# Foto mit Goldstich



## donau1 (1. November 2005)

Hallo Leute!

ich bin neu hier und suche verzweifelt eine Lösung für einen Goldschimmer eines Bildes zu bekommen!

Möchte mit dem PS ein Bild herrichten welches im InDesign eingefügt werden soll und dann auf einem Flyer in der Druckerei mit Goldschimmer gedruckt werden soll!

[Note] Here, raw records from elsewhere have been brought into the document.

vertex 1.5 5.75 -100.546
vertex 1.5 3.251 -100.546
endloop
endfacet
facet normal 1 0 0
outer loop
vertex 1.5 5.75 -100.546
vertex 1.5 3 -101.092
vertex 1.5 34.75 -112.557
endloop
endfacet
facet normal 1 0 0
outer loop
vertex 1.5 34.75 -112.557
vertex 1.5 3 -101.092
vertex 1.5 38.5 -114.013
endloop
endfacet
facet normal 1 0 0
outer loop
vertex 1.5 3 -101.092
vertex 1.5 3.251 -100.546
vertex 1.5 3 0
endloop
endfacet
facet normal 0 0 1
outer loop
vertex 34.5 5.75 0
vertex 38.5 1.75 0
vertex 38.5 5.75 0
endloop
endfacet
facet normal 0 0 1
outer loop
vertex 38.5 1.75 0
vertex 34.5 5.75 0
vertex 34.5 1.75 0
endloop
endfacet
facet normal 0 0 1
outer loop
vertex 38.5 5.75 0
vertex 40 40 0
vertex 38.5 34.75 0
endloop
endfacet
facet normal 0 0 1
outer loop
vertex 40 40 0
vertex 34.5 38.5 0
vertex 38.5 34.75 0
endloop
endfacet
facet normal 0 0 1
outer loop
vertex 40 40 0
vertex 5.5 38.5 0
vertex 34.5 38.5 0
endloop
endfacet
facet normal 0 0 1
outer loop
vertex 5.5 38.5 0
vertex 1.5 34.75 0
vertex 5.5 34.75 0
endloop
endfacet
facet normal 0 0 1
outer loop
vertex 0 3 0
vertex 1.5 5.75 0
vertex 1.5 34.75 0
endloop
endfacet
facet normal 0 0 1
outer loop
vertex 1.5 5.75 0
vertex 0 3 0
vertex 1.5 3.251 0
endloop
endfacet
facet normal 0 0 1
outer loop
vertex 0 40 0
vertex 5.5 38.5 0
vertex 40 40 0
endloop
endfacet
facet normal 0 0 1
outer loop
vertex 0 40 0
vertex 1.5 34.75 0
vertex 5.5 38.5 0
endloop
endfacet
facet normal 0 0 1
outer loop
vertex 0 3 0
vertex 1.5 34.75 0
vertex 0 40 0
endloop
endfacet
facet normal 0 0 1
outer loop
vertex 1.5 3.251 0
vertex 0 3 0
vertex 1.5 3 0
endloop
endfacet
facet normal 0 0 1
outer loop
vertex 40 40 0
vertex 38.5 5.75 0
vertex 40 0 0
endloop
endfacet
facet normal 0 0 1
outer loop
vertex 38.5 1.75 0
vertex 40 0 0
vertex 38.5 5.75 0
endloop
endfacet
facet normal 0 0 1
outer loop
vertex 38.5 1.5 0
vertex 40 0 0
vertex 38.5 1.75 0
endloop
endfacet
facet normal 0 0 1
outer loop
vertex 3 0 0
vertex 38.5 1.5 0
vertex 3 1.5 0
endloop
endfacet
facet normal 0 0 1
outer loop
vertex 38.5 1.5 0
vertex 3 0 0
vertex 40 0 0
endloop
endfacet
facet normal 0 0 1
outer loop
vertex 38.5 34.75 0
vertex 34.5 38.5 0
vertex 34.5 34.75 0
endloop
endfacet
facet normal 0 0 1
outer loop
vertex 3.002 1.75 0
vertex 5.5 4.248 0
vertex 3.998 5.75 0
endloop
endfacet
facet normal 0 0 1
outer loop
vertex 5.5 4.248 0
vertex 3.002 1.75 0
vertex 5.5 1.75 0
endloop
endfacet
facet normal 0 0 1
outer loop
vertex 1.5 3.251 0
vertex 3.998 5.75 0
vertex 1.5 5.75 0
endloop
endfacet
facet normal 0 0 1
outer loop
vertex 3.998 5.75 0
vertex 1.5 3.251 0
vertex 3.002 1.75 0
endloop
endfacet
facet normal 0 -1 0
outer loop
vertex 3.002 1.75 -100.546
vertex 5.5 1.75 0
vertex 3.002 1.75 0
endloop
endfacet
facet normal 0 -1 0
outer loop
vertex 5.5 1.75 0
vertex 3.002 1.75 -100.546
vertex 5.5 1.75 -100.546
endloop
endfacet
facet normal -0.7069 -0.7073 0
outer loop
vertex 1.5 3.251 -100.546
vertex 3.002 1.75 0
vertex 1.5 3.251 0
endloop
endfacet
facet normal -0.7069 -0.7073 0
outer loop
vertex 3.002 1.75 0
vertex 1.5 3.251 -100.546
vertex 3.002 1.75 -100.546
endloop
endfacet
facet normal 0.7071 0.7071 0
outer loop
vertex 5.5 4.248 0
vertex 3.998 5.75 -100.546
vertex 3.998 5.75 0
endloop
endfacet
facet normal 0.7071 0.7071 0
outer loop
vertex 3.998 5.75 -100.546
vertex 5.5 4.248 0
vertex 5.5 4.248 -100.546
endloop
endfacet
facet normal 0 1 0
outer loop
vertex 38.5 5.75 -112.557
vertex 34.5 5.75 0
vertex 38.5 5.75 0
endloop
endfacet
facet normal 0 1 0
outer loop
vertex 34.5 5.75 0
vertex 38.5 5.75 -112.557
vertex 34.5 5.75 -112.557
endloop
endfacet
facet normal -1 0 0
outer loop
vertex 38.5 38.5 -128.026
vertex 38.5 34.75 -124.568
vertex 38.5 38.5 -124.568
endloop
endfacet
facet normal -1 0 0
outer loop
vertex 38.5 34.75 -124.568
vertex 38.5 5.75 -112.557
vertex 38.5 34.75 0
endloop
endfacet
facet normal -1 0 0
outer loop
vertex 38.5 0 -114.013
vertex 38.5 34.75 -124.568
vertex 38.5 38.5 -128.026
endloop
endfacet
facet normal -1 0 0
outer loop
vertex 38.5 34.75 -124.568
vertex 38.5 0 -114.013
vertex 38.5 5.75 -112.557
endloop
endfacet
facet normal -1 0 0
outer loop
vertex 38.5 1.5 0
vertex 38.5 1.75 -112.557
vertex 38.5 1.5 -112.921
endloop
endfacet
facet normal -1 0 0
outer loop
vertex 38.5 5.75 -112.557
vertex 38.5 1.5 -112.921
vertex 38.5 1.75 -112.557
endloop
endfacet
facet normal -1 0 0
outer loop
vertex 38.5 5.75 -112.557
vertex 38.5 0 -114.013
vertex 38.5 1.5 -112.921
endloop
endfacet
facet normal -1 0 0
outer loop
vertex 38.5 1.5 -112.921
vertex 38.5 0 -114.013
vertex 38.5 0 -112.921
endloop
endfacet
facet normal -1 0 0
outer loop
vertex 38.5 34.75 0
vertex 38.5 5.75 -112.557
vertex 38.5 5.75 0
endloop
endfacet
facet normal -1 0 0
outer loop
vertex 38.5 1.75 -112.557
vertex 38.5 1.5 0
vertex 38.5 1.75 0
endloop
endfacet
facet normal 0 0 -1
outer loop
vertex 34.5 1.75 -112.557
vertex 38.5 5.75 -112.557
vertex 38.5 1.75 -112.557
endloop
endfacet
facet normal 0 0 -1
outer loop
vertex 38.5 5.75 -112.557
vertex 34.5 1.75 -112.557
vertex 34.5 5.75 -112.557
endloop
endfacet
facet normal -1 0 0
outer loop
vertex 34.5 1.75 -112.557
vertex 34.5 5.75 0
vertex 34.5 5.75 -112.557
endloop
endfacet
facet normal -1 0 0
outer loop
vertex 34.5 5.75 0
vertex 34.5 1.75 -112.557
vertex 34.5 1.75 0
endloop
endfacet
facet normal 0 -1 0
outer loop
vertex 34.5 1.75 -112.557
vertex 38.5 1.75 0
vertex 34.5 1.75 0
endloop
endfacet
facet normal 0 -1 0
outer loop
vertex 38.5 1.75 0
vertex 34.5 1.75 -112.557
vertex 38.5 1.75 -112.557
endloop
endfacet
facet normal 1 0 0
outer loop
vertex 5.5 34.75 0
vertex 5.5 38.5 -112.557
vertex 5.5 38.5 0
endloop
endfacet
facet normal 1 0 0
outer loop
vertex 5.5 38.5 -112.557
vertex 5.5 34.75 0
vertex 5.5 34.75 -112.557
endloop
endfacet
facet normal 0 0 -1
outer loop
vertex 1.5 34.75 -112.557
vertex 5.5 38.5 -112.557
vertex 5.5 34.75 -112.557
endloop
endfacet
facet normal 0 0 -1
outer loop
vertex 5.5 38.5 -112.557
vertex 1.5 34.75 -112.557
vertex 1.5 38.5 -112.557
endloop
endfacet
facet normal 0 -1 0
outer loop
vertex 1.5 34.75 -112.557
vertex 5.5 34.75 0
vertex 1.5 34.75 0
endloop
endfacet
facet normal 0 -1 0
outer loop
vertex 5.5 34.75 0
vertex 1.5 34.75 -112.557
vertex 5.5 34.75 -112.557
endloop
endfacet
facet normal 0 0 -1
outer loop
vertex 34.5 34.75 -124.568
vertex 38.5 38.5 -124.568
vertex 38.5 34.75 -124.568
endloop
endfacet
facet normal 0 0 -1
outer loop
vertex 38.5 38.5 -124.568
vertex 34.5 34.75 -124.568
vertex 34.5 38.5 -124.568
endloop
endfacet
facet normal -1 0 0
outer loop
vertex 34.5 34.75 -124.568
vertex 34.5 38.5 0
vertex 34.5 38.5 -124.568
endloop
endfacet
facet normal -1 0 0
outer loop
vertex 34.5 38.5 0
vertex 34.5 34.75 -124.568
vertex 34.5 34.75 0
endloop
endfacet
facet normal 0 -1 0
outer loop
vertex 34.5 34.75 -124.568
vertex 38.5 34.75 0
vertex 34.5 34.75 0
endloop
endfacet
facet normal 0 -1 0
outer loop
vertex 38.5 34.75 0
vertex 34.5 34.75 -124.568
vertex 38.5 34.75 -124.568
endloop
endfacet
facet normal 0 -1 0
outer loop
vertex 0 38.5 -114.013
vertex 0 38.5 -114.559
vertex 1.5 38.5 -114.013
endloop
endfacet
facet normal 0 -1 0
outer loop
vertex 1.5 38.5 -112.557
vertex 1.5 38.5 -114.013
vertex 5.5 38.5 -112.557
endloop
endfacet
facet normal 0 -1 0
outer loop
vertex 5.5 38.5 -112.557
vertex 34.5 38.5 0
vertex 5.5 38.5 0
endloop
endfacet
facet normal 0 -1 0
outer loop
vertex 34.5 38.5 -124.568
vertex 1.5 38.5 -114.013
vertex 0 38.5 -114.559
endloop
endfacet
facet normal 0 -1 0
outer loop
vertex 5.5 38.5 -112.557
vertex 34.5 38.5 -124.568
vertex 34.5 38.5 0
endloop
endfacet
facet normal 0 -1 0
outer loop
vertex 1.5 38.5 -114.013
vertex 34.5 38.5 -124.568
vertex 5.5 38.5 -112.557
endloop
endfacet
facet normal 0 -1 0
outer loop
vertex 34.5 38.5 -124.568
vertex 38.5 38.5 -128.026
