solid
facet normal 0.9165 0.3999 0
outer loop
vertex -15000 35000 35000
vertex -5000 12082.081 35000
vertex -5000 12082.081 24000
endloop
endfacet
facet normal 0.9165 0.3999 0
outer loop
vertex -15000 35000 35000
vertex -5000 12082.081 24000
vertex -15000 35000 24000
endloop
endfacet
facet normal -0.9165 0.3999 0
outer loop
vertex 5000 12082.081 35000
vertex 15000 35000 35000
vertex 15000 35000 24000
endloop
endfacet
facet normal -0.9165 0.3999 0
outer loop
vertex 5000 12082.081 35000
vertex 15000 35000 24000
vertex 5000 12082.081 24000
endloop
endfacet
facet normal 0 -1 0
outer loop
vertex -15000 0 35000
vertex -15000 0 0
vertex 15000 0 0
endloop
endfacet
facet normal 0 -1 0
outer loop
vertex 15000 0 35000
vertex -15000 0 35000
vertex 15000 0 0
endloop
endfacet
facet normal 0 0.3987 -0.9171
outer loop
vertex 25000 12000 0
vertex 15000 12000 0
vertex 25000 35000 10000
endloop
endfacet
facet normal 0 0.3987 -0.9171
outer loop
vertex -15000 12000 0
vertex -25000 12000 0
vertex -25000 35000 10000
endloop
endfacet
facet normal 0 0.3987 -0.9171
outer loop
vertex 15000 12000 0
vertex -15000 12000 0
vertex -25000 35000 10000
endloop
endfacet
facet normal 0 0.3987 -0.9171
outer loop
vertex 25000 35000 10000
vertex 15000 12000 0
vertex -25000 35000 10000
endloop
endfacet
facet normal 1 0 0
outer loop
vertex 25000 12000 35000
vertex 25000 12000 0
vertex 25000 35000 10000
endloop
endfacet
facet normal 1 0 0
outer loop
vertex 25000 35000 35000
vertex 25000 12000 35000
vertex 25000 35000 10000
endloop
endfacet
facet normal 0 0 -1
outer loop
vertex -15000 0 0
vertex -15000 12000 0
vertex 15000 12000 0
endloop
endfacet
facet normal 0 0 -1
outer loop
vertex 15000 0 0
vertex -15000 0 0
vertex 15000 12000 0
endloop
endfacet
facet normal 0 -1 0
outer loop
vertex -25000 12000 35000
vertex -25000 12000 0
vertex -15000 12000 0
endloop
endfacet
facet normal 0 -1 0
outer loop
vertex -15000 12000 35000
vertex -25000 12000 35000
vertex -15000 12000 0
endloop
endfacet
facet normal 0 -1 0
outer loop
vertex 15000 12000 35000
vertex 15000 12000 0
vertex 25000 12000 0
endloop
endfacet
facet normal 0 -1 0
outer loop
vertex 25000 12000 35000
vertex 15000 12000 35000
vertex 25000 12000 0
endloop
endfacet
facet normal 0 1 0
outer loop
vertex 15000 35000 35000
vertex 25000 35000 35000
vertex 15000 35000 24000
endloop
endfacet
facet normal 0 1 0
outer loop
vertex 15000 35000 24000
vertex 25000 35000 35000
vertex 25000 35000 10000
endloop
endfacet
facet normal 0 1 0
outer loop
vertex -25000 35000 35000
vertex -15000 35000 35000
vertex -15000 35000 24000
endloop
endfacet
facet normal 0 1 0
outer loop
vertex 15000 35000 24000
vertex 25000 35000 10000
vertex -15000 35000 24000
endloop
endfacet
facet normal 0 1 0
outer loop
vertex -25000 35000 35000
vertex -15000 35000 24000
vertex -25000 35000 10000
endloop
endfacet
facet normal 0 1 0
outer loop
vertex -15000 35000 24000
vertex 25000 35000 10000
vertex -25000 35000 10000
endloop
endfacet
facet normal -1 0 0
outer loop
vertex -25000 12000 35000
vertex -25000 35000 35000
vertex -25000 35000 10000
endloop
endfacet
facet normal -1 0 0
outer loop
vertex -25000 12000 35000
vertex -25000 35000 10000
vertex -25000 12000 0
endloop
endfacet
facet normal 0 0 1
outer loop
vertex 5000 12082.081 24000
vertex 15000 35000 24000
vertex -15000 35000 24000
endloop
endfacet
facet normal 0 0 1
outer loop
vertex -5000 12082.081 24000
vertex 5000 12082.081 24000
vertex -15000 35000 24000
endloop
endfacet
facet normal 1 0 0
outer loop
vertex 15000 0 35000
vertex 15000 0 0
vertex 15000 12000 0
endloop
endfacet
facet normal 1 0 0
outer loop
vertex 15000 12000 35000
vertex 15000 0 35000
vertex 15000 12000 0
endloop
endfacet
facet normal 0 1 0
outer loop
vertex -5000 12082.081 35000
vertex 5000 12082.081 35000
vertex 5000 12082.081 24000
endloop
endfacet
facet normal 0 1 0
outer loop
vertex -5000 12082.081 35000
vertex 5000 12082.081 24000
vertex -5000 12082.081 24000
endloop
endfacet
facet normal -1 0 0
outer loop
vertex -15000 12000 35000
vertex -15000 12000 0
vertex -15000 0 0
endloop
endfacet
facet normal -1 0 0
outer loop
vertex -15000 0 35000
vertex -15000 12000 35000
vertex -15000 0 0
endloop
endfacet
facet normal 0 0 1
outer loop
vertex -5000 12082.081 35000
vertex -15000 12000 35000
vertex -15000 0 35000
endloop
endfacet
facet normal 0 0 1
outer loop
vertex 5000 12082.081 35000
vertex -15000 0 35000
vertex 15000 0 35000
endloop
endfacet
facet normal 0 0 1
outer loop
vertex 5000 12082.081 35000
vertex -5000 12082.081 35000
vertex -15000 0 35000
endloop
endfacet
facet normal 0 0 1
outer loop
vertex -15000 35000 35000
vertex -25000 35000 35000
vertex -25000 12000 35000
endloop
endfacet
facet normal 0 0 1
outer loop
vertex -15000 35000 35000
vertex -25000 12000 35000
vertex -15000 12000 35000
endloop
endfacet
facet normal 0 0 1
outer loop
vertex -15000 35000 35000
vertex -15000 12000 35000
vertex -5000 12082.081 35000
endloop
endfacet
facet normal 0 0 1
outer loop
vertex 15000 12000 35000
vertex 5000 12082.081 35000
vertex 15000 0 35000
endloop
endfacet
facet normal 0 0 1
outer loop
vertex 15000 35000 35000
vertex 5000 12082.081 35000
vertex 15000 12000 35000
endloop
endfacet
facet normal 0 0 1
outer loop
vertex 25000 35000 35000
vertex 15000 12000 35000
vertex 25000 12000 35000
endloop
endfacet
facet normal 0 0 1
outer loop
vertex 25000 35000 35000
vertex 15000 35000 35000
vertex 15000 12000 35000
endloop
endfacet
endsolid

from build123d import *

# Parameters (mm, degrees)
BOSS_EXTRUDE2_DEPTH = 35000
CUT_EXTRUDE1_DEPTH  = 11000
CUT_EXTRUDE2_DEPTH  = 70357.236397351


with BuildPart() as part:
    # Sketch3 → Boss-Extrude2 (new body)
    with BuildSketch(Plane.XY):
        Polygon((-15000, 0), (15000, 0), (15000, 12000), (25000, 12000), (25000, 35000), (-25000, 35000), (-25000, 12000), (-15000, 12000), align=None)
    extrude(amount=BOSS_EXTRUDE2_DEPTH)

    # Sketch4 → Cut-Extrude1 (cut)
    with BuildSketch(Plane.XY.offset(35000)):
        Polygon((-5000, 12082.081474439), (-15000, 35000), (15000, 35000), (5000, 12082.081474439), align=None)
    extrude(amount=-CUT_EXTRUDE1_DEPTH, mode=Mode.SUBTRACT)

    # Sketch6 → Cut-Extrude2 (cut, through all)
    with BuildSketch(Plane.ZY.offset(25000)):
        Polygon((0, 35000), (0, 12000), (10000, 35000), align=None)
    extrude(amount=-CUT_EXTRUDE2_DEPTH, mode=Mode.SUBTRACT)


solid = part.part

Finde nirgendwo eine Lösung für mein Problem!
Habe ein Muster beigelegt welches nach dieser Art und Weise aussehen soll!


----------



## jjd (1. November 2005)

Zunächst gibt es am Screen ja bekanntlich kein Gold.
Auch an Druckfarben gibt es kein Gold da Farben bekanntlich keine Materialeigenschaften wie Spiegelungen,Schimmer usw. aufweisen. Aber ich weiss was du meinst.
Das bild sieht so aus als wäre es mit Channel mixer (auf monochrom) und mit Gradient map bearbeitet worden. 
Aber wenn du nun Wirklich eine Farbe haben willst die sich mit Cmy+k nicht darstellen Lässt mußt du einen Schmuckfarbenkanal anlegen.
Dazu kann ich dir allerdings nicht viel sagen da ich es selber nur von der Theorie heer kenne.


----------



## donau1 (1. November 2005)

jjd hat gesagt.:
			
		

> Zunächst gibt es am Screen ja bekanntlich kein Gold.
> Auch an Druckfarben gibt es kein Gold da Farben bekanntlich keine Materialeigenschaften wie Spiegelungen,Schimmer usw. aufweisen. Aber ich weiss was du meinst.
> Das bild sieht so aus als wäre es mit Channel mixer (auf monochrom) und mit Gradient map bearbeitet worden.
> Aber wenn du nun Wirklich eine Farbe haben willst die sich mit Cmy+k nicht darstellen Lässt mußt du einen Schmuckfarbenkanal anlegen.
> Dazu kann ich dir allerdings nicht viel sagen da ich es selber nur von der Theorie heer kenne.


 Lieben Dank fürs 1.
Bin jetzt etwas schlauer was den "SCHMUCKFARBENKANAL" anbelangt! Davon habe ich noch nie etwas gehört!
Vielleicht gibts ja jemanden der mir mehr über diesen erzählen kann
Und vielleicht löse ich noch heute dieses Problem. Leider ist es sehr wichtig

liebe dank noch


----------



## jjd (1. November 2005)

Hm kannst du bei den Farbkanälen anlegen und dann ne Sonderfarbe auswählen Gegebenfalls auch nen Kanal durch nen Schmuckfarbenkanal ersetzen.
Da wären Diverse Farbfächer nicht schlecht um zu sehen wie die Farben gedruckt aussehen.
Ich glaube aber nicht das es da richtiges gold gibt.
Sieht man ja oft bei irgendwelchen Grußkarten das die Schrift aus so goldener Folie auf selbige geklebt ist (dies wird bei nem foto sehr schwer).


----------



## ficler (2. November 2005)

hi, 

ich weiß nicht ob der "aufwand" zugroß ist, sich da jetzt in die leere der Farbkanäle anzutuen (sollte man aber bei gelegenheit nachholen    ) 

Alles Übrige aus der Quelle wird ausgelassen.